Martina si sarebbe aspettata un assalto focoso, sesso appassionato e pure selvaggio, ma il comportamento attendista di quell’uomo, nelle cui mani nel frattempo era comparsa una bacchetta di plexiglas, la sconcertava, le creava ansia. Si affacciarono fantasmi di vicende di donne seviziate e uccise, fatte a pezzi, sparite nel nulla. Era nella incomoda situazione di trovarsi isolata e di non poter chiedere aiuto.
I suoi timori crebbero, si fecero sostanza quando Rodolfo, girandole attorno, la toccò con la bacchetta che seguendo il dolce profilo del suo corpo si insinuò a livello del solco sotto-mammario e le sollevò le tette, picchettò crudelmente i capezzoli stappandole un gemito. L’estremità dell’asticciola stondata, scostando il solco gluteo, bussò sulla sua rosetta scura saggiando il tono dello sfintere.
– Appoggia il piede destro sul letto, sgualdrina. – Ordinò seccamente.

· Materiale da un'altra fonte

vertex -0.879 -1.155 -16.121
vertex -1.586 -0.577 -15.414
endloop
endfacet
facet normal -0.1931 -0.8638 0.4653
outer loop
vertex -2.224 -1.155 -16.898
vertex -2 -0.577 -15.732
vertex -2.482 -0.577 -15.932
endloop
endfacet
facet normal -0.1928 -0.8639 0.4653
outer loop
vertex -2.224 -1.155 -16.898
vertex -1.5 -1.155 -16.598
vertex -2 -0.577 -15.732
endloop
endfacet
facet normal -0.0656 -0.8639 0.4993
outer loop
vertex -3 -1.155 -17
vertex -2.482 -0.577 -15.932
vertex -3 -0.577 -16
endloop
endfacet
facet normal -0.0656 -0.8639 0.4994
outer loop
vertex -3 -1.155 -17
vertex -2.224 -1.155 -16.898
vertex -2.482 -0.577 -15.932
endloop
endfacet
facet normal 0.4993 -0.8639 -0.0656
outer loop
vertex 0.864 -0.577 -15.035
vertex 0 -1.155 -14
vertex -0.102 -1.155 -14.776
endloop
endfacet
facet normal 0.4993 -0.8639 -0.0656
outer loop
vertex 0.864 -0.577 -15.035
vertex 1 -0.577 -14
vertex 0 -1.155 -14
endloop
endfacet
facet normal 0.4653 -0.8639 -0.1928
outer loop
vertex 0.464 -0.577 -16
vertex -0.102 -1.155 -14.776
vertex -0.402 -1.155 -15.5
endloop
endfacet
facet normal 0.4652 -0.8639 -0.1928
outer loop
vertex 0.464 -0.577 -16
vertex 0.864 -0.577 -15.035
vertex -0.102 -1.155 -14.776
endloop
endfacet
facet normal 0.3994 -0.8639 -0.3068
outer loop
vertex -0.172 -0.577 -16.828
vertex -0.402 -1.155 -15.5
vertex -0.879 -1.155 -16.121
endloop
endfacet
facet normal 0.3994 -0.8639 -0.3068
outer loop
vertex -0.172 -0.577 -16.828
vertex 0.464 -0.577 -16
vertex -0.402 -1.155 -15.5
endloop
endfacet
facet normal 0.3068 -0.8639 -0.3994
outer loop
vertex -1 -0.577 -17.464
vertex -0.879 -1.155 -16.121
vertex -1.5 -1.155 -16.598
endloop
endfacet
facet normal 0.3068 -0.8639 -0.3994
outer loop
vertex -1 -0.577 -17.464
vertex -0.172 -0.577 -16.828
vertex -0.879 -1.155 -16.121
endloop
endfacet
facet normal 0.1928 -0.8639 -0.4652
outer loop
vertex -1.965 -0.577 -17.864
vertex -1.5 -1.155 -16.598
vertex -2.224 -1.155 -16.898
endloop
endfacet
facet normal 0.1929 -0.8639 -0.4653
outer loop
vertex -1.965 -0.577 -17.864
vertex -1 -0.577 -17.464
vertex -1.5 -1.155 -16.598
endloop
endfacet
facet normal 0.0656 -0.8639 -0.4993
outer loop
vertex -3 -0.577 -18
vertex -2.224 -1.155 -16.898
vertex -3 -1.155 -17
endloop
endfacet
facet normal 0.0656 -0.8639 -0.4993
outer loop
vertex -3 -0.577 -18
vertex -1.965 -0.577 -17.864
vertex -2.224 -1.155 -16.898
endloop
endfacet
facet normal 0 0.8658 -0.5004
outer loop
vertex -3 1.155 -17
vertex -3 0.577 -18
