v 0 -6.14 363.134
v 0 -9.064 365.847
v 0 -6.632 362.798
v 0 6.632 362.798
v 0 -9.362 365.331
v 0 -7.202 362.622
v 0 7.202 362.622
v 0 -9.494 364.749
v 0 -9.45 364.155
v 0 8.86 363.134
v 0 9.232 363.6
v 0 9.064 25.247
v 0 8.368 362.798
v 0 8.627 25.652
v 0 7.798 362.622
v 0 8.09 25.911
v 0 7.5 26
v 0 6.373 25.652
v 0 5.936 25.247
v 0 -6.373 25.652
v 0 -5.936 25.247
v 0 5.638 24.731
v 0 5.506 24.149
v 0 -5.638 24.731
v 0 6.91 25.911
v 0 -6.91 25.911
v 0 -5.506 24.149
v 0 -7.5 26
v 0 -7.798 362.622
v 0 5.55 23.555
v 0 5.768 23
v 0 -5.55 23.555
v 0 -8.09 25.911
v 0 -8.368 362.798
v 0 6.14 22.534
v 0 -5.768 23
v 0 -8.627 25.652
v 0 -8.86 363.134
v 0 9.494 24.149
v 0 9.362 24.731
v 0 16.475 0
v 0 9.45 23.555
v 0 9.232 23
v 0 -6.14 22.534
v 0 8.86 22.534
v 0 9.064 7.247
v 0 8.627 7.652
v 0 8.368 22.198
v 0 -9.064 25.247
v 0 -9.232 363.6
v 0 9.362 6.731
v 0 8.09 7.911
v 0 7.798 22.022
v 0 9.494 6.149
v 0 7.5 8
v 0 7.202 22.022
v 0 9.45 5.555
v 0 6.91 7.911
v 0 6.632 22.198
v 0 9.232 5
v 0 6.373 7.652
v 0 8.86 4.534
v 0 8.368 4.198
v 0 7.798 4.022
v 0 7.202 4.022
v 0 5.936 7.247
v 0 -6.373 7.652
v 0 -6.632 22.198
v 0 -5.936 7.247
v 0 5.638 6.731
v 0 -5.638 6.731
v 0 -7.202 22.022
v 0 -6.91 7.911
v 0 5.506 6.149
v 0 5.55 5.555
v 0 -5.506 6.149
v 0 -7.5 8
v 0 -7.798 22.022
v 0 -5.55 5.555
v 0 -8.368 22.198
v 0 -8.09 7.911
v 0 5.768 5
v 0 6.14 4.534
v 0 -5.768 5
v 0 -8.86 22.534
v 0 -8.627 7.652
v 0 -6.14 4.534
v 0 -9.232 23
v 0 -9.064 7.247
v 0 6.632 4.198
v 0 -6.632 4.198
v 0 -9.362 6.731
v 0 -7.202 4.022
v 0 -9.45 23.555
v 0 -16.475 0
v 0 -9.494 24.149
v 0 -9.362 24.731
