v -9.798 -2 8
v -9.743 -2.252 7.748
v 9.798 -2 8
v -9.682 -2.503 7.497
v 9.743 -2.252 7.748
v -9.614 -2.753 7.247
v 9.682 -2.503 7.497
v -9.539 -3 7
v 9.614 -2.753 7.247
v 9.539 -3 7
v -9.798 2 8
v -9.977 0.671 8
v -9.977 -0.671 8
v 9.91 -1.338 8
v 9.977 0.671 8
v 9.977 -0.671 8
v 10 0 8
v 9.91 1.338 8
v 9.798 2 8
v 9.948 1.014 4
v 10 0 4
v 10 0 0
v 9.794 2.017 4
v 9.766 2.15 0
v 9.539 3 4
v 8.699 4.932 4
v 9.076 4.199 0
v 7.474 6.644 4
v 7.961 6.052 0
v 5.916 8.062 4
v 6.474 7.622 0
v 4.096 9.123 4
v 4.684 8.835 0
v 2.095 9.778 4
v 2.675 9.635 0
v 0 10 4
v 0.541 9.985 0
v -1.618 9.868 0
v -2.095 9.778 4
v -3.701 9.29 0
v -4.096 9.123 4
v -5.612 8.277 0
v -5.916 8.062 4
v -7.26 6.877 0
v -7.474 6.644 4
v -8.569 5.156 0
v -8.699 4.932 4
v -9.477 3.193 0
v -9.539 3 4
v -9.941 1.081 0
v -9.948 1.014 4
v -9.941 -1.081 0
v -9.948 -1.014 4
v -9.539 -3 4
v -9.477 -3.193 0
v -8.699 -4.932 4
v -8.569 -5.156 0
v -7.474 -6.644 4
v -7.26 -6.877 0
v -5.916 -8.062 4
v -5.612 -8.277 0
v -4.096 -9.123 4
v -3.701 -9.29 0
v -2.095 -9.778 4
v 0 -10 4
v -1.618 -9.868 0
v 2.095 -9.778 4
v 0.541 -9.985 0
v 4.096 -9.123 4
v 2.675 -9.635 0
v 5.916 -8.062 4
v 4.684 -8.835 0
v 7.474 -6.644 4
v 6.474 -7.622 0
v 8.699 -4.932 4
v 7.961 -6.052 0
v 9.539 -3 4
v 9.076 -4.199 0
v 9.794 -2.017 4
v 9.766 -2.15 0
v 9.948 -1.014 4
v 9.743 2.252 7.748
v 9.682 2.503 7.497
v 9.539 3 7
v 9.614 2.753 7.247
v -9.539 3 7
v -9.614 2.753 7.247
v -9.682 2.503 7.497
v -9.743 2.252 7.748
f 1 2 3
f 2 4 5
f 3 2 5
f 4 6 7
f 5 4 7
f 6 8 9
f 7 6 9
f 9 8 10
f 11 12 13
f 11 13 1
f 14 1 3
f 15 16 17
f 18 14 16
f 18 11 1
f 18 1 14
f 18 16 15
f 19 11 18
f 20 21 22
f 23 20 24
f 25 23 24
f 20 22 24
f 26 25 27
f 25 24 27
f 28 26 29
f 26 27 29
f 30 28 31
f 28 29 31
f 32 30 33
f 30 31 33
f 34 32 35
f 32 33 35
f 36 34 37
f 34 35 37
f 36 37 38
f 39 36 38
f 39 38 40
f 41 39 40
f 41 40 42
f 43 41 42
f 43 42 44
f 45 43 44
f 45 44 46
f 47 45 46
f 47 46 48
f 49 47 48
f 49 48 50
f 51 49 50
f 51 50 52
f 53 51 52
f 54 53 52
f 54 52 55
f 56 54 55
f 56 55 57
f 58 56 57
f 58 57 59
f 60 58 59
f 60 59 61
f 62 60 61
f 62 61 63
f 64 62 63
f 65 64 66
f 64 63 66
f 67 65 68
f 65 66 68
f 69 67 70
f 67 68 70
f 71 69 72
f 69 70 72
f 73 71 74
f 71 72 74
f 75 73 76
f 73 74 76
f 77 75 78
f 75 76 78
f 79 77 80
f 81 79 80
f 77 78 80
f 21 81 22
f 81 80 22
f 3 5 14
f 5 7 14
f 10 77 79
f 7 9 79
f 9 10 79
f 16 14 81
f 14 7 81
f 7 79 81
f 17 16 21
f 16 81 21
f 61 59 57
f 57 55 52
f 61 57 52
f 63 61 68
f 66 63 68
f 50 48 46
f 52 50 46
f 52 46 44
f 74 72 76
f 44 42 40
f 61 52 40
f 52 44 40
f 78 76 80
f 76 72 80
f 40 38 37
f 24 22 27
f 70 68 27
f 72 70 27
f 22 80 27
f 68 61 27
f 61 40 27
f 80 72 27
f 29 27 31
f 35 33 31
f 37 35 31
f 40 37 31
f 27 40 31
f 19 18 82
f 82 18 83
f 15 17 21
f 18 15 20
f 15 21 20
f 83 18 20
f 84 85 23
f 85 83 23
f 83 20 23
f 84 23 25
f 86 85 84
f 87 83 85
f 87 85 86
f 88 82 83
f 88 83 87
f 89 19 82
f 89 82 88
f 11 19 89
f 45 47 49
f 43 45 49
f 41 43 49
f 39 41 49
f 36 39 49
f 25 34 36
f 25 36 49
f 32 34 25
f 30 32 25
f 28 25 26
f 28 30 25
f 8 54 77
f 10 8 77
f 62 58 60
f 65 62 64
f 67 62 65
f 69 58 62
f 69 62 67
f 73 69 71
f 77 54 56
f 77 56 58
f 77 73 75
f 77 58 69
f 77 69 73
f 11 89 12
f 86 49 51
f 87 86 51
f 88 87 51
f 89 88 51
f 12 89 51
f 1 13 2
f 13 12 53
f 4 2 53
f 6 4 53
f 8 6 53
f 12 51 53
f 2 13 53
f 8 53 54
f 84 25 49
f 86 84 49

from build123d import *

# Parameters (mm, degrees)
F0_R     = 10
F1_DEPTH = 4
F3_DEPTH = 4
F4_SIZE  = 1


with BuildPart() as f1:
    # F0 (on Top) → F1 (new body)
    with BuildSketch(Plane.XY):
        Circle(F0_R)
    extrude(amount=F1_DEPTH)

    # F2 (on face) → F3 (join)
    with BuildSketch(Plane.XY.offset(4)):
        with BuildLine():
            Line((9.539392, 3), (-9.539392, 3))
            ThreePointArc((-9.539392, 3), (-10, 0), (-9.539392, -3))
            Line((-9.539392, -3), (9.539392, -3))
            ThreePointArc((9.539392, -3), (9.884177, -1.517577), (10, 0))
            ThreePointArc((10, 0), (9.884177, 1.517577), (9.539392, 3))
        make_face()
    extrude(amount=F3_DEPTH)

    # F4
    f4_edges = [f1.edges().sort_by_distance(p)[0] for p in [
        (0, -3, 8),
        (0, 3, 8),
    ]]
    chamfer(f4_edges, length=F4_SIZE)


solid = f1.part
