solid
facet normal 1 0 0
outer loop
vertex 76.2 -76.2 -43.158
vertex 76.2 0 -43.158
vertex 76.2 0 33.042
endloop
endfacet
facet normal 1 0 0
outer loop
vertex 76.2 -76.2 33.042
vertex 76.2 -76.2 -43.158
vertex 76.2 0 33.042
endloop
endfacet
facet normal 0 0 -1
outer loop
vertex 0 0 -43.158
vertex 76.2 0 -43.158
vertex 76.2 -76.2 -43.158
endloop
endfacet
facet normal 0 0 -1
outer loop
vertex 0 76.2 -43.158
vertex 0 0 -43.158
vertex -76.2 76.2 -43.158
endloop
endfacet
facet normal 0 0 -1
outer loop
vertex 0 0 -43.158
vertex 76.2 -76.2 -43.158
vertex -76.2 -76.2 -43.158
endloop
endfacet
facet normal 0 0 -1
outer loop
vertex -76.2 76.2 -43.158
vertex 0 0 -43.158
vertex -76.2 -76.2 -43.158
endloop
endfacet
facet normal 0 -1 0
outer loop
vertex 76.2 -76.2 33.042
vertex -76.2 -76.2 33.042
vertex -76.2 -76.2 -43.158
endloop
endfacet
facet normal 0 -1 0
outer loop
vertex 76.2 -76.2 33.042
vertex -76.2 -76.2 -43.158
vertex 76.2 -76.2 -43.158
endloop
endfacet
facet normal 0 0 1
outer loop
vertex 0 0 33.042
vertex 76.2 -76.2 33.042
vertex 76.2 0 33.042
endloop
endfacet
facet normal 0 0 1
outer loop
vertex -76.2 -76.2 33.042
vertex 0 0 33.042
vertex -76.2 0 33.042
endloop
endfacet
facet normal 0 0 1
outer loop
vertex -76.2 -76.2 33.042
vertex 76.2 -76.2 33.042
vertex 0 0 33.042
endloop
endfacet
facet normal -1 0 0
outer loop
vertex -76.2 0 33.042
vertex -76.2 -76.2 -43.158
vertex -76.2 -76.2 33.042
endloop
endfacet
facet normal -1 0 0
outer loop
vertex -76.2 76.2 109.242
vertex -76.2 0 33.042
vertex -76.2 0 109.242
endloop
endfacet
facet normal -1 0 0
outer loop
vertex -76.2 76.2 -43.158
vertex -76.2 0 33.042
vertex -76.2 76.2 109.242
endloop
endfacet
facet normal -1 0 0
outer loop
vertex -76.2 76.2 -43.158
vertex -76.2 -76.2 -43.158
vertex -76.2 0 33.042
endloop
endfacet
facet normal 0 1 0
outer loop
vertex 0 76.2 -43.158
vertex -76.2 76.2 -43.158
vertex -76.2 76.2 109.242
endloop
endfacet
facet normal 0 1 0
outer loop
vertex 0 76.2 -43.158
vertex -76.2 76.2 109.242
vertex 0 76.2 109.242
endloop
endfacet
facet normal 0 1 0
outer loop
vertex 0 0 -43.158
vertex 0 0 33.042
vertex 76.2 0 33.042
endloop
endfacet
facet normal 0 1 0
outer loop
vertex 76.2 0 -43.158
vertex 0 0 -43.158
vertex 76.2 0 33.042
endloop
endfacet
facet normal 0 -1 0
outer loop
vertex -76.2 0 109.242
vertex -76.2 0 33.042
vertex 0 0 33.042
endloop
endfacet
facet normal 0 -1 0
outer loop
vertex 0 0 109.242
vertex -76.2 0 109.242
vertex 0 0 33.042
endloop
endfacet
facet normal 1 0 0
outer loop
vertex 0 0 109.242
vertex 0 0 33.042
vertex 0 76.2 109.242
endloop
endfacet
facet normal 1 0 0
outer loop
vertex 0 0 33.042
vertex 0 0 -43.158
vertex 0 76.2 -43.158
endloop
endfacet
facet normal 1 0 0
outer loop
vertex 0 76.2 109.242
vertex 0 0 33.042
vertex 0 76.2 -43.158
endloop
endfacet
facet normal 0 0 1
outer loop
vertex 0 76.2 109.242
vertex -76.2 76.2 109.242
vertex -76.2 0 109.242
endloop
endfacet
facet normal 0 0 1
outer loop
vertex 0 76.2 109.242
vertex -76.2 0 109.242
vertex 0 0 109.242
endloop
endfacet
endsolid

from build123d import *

# Parameters (mm, degrees)
F1_W     = 152.4
F1_H     = 76.2
F2_DEPTH = 76.2
F3_W     = 76.2
F3_H     = 76.2
F4_DEPTH = 76.2
F5_W     = 76.2
F5_H     = 76.2
F6_DEPTH = 76.2


# Not quite as in the source:
# - a variable given as a bare number and used for a length is read in inches; the dataset says mm whatever the document's units were


with BuildPart() as f2:
    # F1 (on Front) → F2 (new body)
    with BuildSketch(Plane.XZ):
        with Locations((0, -5.0575301152)):
            Rectangle(F1_W, F1_H)
    extrude(amount=F2_DEPTH)

    # F3 (on face) → F4 (join)
    with BuildSketch(Plane(origin=(0, 0, 0), x_dir=(-1, 0, 0), z_dir=(0, 1, 0))):
        with Locations((38.1, -5.0575301152)):
            Rectangle(F3_W, F3_H)
    extrude(amount=F4_DEPTH)

    # F5 (on face) → F6 (join)
    with BuildSketch(Plane.XY.offset(33.0424698848)):
        with Locations((-38.1, 38.1)):
            Rectangle(F5_W, F5_H)
    extrude(amount=F6_DEPTH)


solid = f2.part
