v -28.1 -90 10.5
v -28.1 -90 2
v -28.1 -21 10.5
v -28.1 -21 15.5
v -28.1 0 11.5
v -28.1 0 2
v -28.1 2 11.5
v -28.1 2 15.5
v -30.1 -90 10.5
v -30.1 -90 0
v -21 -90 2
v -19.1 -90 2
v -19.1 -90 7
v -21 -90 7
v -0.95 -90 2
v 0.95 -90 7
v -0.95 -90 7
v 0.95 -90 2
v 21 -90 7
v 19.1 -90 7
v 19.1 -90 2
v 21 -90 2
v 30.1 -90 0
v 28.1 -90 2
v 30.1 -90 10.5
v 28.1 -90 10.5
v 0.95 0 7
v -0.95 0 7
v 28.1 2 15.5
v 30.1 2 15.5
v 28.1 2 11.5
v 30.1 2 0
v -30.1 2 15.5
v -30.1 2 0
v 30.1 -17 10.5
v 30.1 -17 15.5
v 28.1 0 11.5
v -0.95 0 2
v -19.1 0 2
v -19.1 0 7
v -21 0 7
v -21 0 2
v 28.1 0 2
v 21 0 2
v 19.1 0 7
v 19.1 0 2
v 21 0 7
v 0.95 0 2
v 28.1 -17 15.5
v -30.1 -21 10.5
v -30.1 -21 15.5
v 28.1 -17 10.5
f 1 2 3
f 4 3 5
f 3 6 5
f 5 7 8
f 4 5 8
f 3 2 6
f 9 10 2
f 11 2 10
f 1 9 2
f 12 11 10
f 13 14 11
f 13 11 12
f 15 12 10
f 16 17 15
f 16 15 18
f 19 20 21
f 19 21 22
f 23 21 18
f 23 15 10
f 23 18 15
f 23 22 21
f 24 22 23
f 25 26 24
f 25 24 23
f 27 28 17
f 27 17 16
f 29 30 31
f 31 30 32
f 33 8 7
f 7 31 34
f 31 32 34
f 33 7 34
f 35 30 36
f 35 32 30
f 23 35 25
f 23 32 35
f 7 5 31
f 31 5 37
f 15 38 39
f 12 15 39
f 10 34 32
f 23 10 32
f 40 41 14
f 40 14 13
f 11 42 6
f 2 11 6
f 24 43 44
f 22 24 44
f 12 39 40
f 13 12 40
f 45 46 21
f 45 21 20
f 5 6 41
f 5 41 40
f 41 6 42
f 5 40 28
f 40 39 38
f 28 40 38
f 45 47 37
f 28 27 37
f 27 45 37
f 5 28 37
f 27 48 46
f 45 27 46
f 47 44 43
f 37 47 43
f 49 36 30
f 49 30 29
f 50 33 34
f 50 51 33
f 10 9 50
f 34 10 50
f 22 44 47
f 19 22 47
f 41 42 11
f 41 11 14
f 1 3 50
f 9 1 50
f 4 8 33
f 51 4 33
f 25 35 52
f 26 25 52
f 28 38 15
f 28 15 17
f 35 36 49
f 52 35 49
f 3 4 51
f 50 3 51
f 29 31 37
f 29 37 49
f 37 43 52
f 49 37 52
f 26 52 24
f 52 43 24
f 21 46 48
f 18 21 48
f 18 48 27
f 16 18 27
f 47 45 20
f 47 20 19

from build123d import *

# Parameters (mm, degrees)
SKETCH_W      = 1.9
SKETCH_H      = 5
PAD_DEPTH     = 90
SKETCH001_W   = 2
SKETCH001_H   = 69
SKETCH001_H_2 = 73
POCKET_DEPTH  = 5
SKETCH002_W   = 60.2
SKETCH002_H   = 11.5
PAD001_DEPTH  = 2
SKETCH004_W   = 2
SKETCH004_H   = 2
PAD002_DEPTH  = 4


with BuildPart() as part:
    # Sketch → Pad (new body)
    with BuildSketch(Plane.XZ):
        Polygon((-30.1, 0), (30.1, 0), (30.1, 15.5), (28.1, 15.5), (28.1, 2), (-28.1, 2), (-28.1, 15.5), (-30.1, 15.5), align=None)
        with Locations((0, 4.5)):
            Rectangle(SKETCH_W, SKETCH_H)
        with Locations((-20.05, 4.5)):
            Rectangle(SKETCH_W, SKETCH_H)
        with Locations((20.05, 4.5)):
            Rectangle(SKETCH_W, SKETCH_H)
    extrude(amount=PAD_DEPTH)

    # Sketch001 (on Face3 of Pad) → Pocket (cut)
    with BuildSketch(Plane(origin=(0, 0, 15.5), x_dir=(-1, 0, 0), z_dir=(0, 0, 1))):
        with Locations((29.1, 55.5)):
            Rectangle(SKETCH001_W, SKETCH001_H)
        with Locations((-29.1, 53.5)):
            Rectangle(SKETCH001_W, SKETCH001_H_2)
    extrude(amount=-POCKET_DEPTH, mode=Mode.SUBTRACT)

    # Sketch002 (on Face2 of Pocket) → Pad001 (join)
    with BuildSketch(Plane(origin=(0, 0, 0), x_dir=(1, 0, 0), z_dir=(0, 1, 0))):
        with Locations((0, -5.75)):
            Rectangle(SKETCH002_W, SKETCH002_H)
    extrude(amount=PAD001_DEPTH)

    # Sketch004 → Pad002 (join)
    with BuildSketch(Plane(origin=(0, 0, 11.5), x_dir=(-1, 0, 0), z_dir=(0, 0, 1))):
        with Locations((-29.1, -1)):
            Rectangle(SKETCH004_W, SKETCH004_H)
        with Locations((29.1, -1)):
            Rectangle(SKETCH004_W, SKETCH004_H)
    extrude(amount=PAD002_DEPTH)


solid = part.part
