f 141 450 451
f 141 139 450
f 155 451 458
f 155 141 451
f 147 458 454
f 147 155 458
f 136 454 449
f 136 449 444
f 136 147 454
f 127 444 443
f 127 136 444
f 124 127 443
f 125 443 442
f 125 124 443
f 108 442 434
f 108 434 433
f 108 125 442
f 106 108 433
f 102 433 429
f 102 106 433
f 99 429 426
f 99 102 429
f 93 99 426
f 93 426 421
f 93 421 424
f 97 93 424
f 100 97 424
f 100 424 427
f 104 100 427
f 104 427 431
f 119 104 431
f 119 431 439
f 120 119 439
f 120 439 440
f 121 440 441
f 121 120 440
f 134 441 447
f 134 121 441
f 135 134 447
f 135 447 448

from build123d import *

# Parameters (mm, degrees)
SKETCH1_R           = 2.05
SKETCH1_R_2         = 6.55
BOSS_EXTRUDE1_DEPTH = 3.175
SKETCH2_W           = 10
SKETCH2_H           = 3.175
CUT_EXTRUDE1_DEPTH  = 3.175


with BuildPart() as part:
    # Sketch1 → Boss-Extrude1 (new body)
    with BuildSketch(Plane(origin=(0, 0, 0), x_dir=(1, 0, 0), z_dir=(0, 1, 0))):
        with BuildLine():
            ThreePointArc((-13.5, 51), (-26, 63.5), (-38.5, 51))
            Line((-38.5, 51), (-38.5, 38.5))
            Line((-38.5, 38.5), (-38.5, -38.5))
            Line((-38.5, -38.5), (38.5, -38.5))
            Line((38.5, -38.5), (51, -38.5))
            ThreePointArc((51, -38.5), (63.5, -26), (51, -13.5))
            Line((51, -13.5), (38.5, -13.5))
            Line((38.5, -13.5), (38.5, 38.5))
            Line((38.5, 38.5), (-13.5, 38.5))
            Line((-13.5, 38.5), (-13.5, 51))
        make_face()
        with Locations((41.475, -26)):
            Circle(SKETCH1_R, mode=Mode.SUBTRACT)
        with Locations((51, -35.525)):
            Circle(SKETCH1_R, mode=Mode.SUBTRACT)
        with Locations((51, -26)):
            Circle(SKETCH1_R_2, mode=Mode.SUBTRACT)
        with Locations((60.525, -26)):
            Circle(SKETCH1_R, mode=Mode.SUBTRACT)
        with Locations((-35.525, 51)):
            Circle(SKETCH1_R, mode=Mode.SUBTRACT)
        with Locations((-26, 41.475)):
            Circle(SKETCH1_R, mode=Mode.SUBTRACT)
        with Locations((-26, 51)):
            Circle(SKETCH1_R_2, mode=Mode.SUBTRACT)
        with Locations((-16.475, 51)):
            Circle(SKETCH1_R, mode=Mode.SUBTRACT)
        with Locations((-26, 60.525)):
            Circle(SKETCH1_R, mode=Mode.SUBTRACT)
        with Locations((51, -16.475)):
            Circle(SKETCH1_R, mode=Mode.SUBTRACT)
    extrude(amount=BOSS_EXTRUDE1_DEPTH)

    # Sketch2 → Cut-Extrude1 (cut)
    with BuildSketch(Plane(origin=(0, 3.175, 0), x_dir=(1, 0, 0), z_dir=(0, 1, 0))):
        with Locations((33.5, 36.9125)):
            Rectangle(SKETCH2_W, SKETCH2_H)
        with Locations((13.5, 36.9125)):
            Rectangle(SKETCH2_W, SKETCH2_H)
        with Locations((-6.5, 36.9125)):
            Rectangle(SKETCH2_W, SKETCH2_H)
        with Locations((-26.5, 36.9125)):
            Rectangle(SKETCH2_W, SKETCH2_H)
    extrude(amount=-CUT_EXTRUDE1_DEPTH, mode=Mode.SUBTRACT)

La bacchetta trovò così la strada aperta e passando fra le grandi labbra penetrò in vagina, che nonostante Martina non volesse, come animata da un’eccitazione propria, indipendente, cominciò a stillare burro liquido.
– Stai colando: non mi son sbagliato, sei una puttana dentro. A proposito: quando ti dico di spogliarti intendo integralmente, anche i sandali quindi.
Le assestò un colpo sulle natiche non violentissimo ma sufficiente a farla urlare.
Martina slacciò le fibbie e si sfilò le calzature tremando per l’ignoto che l’aspettava, incapace di proferir parola.
– Prendimi l’uccello in bocca. Svelta, fammi vedere cosa sai fare.
Martina prese fra le labbra il cazzo di Rodolfo non del tutto eretto e leccò, succhiò il glande, indugiò sul solco che faceva da confine con l’asta, poi passò a questa insalivandola, ingoiandola nel calore della sua bocca. Cancellando le sue paure si perse in quel gioco, gustando la consistenza crescente di quel cazzo, i suoi odori, i sapori. Risucchiò anche i testicoli in un erotico massaggio che l’uomo, dapprima freddo, dimostrò di apprezzare e la sua erezione raggiunse l’apogeo e lei avvertì il brivido di piacere che gli procurava.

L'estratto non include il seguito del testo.